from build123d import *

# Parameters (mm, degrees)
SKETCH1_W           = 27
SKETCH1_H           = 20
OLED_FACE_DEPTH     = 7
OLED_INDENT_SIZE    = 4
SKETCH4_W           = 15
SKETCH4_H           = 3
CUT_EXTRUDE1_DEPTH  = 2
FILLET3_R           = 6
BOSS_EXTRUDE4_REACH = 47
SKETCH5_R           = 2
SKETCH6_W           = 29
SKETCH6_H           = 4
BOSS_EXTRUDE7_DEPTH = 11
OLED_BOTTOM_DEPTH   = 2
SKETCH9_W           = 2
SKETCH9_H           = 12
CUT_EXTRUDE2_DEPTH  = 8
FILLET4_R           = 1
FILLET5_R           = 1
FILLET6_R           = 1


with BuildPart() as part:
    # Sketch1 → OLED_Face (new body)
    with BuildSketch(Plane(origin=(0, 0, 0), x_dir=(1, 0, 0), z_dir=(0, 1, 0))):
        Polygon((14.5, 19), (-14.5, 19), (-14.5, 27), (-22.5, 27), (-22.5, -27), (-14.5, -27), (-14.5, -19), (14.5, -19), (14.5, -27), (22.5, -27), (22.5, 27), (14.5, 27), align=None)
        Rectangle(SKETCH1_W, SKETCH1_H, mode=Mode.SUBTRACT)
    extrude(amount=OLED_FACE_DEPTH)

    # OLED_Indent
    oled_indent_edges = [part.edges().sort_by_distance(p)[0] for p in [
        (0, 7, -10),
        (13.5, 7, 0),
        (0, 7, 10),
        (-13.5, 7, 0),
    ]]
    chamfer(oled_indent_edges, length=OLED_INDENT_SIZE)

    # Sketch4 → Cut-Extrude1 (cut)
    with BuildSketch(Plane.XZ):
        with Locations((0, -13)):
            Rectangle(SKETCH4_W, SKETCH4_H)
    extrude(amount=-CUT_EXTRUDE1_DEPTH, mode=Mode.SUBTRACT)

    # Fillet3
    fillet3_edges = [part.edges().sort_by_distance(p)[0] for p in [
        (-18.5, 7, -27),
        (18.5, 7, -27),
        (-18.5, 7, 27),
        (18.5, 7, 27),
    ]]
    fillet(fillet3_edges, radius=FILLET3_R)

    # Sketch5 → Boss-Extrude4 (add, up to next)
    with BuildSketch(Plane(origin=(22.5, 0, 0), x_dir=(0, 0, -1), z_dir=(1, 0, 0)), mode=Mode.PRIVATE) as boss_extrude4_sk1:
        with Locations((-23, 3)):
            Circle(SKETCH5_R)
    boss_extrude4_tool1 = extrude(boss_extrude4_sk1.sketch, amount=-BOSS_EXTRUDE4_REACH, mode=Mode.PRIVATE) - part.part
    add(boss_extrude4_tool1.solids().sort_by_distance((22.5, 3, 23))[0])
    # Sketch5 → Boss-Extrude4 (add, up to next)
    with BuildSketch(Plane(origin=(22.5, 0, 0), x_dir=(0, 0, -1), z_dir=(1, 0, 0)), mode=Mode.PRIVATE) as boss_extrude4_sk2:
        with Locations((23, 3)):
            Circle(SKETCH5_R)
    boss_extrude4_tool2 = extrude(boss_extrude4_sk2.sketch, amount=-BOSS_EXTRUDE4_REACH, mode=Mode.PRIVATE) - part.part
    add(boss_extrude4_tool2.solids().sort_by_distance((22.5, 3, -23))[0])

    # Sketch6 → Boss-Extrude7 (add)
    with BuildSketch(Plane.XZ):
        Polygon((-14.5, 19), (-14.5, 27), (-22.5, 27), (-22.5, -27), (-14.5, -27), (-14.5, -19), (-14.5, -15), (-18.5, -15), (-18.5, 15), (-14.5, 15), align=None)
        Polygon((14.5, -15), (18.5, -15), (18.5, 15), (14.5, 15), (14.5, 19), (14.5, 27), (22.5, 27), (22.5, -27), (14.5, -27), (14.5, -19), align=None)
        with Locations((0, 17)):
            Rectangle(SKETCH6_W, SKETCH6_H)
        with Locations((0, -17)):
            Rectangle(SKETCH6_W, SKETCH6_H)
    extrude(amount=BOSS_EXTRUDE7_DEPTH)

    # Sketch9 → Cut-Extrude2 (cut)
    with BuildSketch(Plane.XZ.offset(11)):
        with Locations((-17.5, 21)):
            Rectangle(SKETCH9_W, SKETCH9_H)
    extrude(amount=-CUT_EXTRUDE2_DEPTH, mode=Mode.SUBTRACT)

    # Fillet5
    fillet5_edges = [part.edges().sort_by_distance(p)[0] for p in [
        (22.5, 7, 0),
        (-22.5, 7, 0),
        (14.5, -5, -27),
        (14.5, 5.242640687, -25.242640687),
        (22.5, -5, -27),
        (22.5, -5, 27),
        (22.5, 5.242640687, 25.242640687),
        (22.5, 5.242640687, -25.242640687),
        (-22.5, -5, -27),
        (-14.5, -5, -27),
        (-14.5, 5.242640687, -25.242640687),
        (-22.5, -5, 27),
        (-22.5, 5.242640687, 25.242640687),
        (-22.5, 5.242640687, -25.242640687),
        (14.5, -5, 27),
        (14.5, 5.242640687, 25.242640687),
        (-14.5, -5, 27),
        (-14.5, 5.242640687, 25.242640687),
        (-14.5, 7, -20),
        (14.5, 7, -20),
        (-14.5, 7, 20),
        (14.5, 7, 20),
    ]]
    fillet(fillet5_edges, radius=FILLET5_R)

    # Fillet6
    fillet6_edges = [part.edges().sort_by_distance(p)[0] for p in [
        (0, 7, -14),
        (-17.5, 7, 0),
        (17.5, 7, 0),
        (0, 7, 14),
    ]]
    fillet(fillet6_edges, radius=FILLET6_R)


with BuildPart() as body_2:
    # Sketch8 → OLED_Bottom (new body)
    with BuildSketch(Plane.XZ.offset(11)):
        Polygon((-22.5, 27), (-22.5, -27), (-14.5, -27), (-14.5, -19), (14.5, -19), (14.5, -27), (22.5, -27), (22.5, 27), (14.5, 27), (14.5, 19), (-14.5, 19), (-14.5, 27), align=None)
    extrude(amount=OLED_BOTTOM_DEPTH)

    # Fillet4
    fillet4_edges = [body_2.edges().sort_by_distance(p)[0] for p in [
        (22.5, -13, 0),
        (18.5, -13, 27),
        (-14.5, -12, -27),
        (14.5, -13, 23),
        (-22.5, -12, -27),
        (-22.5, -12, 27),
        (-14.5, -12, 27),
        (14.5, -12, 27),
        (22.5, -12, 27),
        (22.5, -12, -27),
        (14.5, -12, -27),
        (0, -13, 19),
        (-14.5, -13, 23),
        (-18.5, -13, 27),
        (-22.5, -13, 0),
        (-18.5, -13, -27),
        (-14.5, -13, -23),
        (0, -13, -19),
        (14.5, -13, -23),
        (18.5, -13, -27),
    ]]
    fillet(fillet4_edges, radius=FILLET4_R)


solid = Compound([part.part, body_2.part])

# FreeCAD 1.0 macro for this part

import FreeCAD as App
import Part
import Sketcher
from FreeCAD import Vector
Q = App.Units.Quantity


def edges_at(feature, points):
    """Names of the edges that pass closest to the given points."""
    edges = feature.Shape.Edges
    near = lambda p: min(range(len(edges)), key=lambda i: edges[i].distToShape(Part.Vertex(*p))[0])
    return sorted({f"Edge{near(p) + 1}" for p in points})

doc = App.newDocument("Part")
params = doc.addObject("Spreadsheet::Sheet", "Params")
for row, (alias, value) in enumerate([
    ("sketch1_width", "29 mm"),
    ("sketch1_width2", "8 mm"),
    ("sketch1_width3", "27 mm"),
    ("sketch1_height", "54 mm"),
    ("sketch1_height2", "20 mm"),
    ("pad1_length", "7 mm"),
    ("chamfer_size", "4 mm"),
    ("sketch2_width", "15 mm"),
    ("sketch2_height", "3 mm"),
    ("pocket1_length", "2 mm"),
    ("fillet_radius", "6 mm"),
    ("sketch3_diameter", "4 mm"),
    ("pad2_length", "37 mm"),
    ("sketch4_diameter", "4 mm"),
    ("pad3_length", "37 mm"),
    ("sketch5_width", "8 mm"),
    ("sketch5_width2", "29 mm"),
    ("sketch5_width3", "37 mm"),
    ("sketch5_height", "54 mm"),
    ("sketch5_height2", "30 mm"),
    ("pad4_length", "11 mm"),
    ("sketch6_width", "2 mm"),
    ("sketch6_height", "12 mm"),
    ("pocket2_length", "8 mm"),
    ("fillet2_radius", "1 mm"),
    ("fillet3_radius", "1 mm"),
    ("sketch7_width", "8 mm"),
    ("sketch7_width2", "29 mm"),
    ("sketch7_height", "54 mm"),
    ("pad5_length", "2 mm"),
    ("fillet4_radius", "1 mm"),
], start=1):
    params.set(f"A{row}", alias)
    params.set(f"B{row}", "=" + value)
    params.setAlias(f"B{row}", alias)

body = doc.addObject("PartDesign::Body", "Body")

________

Aim of the task:
A single number is the whole answer: how many lines of the records contain the word "mode".

Output:
7